● **Record excerpts**:
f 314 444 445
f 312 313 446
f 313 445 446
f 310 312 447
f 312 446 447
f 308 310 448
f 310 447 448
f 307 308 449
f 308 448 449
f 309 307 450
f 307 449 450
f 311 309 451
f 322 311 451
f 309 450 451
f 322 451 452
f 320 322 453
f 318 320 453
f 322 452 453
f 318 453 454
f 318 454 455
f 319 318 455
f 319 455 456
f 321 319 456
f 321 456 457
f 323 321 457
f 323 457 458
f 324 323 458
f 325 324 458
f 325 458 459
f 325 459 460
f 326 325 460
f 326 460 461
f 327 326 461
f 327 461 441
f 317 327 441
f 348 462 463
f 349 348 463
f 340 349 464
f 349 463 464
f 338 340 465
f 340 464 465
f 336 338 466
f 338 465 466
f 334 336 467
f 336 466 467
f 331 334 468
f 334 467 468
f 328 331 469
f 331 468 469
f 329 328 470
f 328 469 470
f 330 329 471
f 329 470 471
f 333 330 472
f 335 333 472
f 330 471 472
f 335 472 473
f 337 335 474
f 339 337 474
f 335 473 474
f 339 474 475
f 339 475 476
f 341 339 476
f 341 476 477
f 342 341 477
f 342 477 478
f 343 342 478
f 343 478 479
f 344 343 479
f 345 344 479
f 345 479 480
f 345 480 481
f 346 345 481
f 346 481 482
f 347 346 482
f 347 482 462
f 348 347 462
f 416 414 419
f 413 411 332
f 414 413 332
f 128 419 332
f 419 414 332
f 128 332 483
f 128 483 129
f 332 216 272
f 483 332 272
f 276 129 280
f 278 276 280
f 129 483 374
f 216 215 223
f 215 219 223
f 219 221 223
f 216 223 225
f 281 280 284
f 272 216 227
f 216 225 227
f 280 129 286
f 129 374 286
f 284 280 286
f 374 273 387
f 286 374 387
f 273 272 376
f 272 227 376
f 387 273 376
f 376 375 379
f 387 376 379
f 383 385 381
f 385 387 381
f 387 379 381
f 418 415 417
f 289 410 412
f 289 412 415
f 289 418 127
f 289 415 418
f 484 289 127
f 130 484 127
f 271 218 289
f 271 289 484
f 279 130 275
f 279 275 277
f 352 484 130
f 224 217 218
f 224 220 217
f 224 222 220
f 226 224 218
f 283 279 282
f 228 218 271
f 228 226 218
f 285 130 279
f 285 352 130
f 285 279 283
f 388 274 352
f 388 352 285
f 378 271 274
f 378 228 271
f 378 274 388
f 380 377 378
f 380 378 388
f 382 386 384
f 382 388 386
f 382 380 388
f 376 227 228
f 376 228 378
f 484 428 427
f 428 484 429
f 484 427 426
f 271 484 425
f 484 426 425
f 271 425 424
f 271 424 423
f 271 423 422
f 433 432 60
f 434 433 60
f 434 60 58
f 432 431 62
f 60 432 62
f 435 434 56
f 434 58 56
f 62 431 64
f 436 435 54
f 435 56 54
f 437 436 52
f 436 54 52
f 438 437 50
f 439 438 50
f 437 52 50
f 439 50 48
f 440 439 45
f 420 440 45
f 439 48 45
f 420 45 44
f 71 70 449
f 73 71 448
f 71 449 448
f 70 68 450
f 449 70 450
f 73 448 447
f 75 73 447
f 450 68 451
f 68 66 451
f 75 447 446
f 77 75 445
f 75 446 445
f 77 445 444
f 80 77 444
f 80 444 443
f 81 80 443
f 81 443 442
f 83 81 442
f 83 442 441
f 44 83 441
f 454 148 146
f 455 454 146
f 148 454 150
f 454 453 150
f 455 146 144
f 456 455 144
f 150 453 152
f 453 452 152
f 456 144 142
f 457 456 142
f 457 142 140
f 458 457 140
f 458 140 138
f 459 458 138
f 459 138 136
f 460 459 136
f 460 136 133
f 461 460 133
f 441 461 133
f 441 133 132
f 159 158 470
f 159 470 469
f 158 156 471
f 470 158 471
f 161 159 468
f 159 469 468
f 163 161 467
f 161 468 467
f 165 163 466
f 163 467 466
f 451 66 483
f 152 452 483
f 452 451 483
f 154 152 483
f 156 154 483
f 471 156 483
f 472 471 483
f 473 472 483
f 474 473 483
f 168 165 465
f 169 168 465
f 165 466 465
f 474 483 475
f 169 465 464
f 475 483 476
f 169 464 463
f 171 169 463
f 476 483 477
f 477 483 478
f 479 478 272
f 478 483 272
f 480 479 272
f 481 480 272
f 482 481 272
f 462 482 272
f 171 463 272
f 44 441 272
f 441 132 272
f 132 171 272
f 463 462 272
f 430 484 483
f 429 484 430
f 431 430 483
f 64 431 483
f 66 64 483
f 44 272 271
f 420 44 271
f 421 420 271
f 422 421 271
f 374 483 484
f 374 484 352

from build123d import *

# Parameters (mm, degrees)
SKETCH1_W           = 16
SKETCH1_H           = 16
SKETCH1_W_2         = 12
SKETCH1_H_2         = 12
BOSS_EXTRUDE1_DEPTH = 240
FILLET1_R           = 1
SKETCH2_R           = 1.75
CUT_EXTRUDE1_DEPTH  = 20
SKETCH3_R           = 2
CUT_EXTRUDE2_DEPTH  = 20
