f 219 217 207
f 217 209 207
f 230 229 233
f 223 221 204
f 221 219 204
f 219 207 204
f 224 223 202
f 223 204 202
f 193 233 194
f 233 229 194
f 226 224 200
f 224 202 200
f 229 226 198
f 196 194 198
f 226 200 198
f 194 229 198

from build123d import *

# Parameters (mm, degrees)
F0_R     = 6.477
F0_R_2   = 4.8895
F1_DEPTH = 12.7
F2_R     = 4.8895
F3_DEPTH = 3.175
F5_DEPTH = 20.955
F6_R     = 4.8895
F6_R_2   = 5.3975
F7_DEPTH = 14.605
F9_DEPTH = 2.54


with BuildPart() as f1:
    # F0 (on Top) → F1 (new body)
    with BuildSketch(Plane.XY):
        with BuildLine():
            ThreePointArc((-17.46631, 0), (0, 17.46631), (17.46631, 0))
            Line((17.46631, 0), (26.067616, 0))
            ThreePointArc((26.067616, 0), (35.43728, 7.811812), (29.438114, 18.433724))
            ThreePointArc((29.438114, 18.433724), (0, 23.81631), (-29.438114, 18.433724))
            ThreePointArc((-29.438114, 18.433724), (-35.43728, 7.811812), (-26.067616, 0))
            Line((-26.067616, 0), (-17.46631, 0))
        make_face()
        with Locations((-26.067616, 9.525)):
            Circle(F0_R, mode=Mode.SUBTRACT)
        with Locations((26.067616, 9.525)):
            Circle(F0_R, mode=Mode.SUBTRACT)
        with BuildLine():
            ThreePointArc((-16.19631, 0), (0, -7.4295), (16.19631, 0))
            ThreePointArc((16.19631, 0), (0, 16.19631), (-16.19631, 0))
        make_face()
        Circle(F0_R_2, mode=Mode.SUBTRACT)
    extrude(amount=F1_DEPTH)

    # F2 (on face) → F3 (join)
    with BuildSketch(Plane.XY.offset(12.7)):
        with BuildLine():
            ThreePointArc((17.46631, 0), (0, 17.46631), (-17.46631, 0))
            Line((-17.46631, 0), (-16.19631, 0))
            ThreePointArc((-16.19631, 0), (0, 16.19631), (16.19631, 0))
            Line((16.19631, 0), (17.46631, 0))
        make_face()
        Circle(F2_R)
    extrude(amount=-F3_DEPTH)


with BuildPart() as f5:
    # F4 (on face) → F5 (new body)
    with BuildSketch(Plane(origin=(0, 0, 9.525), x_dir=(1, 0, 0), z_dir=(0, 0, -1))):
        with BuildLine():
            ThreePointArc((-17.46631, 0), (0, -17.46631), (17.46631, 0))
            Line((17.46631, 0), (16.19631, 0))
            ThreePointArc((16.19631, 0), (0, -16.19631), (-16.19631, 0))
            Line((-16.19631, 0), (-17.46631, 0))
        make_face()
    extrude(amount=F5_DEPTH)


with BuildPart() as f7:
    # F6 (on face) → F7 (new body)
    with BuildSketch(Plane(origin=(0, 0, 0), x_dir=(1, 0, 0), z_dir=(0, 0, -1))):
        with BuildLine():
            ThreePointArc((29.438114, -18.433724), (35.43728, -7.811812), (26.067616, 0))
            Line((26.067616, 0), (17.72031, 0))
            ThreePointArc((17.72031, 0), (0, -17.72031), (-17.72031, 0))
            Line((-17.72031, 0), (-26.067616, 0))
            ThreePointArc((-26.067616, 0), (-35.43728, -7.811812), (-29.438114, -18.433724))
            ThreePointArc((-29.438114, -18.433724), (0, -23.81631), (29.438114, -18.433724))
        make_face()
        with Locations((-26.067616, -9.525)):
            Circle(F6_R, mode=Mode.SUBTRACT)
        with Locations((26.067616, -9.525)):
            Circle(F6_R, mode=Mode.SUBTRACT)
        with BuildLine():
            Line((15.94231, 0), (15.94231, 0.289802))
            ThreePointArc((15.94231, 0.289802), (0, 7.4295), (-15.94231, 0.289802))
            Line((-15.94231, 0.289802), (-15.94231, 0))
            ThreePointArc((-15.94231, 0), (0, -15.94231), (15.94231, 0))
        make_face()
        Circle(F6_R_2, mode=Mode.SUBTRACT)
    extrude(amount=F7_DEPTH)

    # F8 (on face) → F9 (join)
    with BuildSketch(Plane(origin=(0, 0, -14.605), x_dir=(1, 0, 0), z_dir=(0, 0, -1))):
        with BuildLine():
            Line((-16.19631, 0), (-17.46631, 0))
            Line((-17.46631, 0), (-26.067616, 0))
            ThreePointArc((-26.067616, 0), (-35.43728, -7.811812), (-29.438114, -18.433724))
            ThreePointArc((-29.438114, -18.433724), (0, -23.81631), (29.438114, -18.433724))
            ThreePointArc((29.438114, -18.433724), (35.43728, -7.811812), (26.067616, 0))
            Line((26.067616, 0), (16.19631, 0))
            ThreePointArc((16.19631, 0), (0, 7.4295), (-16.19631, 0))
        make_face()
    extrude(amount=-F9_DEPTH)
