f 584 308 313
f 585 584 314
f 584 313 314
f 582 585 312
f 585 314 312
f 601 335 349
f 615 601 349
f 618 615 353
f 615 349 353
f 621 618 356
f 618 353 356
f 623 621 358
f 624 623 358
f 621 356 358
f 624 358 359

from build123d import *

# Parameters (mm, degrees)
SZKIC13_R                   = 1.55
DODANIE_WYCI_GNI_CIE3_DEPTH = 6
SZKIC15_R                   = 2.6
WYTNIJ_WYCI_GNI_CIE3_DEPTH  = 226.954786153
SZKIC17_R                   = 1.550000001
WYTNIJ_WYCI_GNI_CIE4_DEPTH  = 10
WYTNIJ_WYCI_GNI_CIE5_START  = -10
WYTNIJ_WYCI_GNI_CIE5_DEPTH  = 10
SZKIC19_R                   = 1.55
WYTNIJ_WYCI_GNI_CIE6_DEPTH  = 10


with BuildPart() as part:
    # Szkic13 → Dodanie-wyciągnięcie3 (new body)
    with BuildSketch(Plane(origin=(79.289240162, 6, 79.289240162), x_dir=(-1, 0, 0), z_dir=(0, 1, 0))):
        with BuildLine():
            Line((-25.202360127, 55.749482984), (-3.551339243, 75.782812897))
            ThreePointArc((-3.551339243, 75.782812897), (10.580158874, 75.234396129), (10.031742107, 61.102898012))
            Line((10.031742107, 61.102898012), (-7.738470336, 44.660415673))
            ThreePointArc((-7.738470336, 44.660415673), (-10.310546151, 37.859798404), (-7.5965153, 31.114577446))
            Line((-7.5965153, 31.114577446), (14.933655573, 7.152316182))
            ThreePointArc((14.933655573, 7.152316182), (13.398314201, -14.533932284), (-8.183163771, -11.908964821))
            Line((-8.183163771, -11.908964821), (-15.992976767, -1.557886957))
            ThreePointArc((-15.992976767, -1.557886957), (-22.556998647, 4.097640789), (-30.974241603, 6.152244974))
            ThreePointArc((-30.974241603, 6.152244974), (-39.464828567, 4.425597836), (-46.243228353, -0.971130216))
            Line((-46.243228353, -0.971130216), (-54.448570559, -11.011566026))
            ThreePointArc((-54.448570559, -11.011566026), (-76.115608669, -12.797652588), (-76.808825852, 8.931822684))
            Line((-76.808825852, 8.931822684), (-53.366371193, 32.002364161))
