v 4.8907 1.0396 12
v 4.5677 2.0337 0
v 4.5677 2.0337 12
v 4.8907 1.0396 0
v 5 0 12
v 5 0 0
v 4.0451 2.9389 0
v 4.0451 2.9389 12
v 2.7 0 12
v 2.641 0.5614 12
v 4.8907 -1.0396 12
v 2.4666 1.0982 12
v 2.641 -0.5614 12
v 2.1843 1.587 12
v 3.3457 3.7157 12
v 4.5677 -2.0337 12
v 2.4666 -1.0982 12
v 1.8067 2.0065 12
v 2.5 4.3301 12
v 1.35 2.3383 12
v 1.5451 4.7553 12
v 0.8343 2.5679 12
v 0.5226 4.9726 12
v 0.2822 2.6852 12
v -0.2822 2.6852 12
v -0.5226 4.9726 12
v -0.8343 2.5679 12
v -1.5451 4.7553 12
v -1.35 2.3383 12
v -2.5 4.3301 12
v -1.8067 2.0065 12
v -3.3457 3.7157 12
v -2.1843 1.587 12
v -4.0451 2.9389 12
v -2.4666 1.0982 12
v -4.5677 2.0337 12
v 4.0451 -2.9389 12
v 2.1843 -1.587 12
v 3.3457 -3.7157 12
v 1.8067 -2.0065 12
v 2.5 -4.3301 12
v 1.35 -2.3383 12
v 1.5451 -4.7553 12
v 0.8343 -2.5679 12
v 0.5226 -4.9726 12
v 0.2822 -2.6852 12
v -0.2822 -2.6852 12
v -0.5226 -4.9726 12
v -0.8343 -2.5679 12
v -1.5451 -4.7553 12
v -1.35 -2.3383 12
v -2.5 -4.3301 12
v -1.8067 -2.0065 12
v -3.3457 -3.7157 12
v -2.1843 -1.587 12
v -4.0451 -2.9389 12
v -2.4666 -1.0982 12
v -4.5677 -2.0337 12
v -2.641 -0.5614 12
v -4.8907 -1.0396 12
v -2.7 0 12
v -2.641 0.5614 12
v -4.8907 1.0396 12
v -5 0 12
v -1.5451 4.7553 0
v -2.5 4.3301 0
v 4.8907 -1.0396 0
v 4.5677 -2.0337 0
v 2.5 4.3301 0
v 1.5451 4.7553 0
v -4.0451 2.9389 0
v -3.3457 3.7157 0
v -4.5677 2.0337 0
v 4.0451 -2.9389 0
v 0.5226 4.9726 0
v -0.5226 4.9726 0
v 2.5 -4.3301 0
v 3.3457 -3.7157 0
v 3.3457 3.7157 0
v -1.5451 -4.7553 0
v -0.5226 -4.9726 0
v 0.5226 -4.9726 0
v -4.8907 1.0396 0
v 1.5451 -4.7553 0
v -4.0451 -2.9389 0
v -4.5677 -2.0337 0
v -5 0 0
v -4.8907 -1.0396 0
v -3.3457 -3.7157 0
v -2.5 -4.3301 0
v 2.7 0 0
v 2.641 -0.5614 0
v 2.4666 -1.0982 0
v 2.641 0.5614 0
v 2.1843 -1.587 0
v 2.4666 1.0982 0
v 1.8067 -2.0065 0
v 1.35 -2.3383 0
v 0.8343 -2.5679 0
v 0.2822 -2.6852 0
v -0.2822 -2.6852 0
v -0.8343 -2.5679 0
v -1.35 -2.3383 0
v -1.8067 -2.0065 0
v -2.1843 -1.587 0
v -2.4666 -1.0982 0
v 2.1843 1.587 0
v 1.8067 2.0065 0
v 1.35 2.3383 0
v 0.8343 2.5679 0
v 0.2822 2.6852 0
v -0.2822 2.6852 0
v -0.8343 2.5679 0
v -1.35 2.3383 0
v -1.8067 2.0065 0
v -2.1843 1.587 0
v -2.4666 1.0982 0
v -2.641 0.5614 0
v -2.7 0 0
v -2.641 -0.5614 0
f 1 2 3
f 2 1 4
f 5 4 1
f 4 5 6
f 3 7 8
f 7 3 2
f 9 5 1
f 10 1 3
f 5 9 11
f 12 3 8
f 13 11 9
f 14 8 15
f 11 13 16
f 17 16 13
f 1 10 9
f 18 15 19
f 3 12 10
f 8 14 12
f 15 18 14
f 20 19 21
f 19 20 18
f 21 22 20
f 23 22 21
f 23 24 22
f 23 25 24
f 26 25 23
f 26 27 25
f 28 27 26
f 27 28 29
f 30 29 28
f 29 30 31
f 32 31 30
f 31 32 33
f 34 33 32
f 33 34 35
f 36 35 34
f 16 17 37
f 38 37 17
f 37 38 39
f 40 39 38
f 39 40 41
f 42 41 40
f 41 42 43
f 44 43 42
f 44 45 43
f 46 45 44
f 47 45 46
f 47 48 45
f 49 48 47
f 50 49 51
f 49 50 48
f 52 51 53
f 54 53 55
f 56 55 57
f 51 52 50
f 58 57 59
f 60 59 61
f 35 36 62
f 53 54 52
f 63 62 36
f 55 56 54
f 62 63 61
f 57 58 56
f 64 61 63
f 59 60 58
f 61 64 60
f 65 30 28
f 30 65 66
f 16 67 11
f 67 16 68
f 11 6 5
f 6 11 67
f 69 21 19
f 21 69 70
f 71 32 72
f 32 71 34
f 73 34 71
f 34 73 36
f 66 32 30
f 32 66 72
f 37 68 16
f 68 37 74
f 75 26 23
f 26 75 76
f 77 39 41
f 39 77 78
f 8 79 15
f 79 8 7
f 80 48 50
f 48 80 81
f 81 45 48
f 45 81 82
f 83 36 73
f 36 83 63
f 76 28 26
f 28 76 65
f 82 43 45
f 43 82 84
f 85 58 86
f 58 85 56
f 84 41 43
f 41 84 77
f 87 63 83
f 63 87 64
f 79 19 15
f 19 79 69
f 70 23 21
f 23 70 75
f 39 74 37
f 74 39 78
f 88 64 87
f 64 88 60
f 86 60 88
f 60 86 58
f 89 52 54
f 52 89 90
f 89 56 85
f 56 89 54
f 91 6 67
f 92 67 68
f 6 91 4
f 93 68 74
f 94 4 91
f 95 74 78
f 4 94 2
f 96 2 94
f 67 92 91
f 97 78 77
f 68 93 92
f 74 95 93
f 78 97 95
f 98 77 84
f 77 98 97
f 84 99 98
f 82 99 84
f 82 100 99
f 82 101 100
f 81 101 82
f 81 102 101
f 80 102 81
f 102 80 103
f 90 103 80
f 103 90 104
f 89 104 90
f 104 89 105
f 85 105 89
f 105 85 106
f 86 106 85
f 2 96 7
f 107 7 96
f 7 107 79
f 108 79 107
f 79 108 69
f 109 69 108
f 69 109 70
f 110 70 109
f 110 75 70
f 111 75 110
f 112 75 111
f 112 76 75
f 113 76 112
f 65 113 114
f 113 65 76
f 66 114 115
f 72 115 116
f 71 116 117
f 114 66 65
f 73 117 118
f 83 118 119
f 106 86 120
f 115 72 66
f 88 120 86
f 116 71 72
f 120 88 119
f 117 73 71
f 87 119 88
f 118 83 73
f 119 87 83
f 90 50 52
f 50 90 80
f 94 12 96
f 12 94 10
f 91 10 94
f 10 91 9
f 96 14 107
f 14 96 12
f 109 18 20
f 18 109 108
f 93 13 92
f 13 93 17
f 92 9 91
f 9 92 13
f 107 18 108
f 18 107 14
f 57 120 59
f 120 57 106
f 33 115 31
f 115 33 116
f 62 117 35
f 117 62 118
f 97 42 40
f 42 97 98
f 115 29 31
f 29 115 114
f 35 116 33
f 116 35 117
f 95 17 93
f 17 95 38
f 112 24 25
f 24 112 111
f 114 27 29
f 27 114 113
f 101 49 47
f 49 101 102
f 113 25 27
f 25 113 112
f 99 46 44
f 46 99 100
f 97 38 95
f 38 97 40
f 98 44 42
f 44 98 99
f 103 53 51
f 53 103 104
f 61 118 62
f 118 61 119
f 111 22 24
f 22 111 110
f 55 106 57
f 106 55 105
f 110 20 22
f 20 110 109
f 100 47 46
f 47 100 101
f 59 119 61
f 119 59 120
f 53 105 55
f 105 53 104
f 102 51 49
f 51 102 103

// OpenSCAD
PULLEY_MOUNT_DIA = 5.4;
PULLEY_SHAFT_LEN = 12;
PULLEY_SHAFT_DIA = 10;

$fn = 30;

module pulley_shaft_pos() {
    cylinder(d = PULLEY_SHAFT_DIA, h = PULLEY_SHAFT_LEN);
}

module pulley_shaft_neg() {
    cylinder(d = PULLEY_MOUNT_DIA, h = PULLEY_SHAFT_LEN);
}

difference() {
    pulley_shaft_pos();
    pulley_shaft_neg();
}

● **Exercise description**: Reproduce exactly the lines that run from the start of the records to the line with "f 388 352 285", both included.

● **Result of this task**:
f 314 444 445
f 312 313 446
f 313 445 446
f 310 312 447
f 312 446 447
f 308 310 448
f 310 447 448
f 307 308 449
f 308 448 449
f 309 307 450
f 307 449 450
f 311 309 451
f 322 311 451
f 309 450 451
f 322 451 452
f 320 322 453
f 318 320 453
f 322 452 453
f 318 453 454
f 318 454 455
f 319 318 455
f 319 455 456
f 321 319 456
f 321 456 457
f 323 321 457
f 323 457 458
f 324 323 458
f 325 324 458
f 325 458 459
f 325 459 460
f 326 325 460
f 326 460 461
f 327 326 461
f 327 461 441
f 317 327 441
f 348 462 463
f 349 348 463
f 340 349 464
f 349 463 464
f 338 340 465
f 340 464 465
f 336 338 466
f 338 465 466
f 334 336 467
f 336 466 467
f 331 334 468
f 334 467 468
f 328 331 469
f 331 468 469
f 329 328 470
f 328 469 470
f 330 329 471
f 329 470 471
f 333 330 472
f 335 333 472
f 330 471 472
f 335 472 473
f 337 335 474
f 339 337 474
f 335 473 474
f 339 474 475
f 339 475 476
f 341 339 476
f 341 476 477
f 342 341 477
f 342 477 478
f 343 342 478
f 343 478 479
f 344 343 479
f 345 344 479
f 345 479 480
f 345 480 481
f 346 345 481
f 346 481 482
f 347 346 482
f 347 482 462
f 348 347 462
f 416 414 419
f 413 411 332
f 414 413 332
f 128 419 332
f 419 414 332
f 128 332 483
f 128 483 129
f 332 216 272
f 483 332 272
f 276 129 280
f 278 276 280
f 129 483 374
f 216 215 223
f 215 219 223
f 219 221 223
f 216 223 225
f 281 280 284
f 272 216 227
f 216 225 227
f 280 129 286
f 129 374 286
f 284 280 286
f 374 273 387
f 286 374 387
f 273 272 376
f 272 227 376
f 387 273 376
f 376 375 379
f 387 376 379
f 383 385 381
f 385 387 381
f 387 379 381
f 418 415 417
f 289 410 412
f 289 412 415
f 289 418 127
f 289 415 418
f 484 289 127
f 130 484 127
f 271 218 289
f 271 289 484
f 279 130 275
f 279 275 277
f 352 484 130
f 224 217 218
f 224 220 217
f 224 222 220
f 226 224 218
f 283 279 282
f 228 218 271
f 228 226 218
f 285 130 279
f 285 352 130
f 285 279 283
f 388 274 352
f 388 352 285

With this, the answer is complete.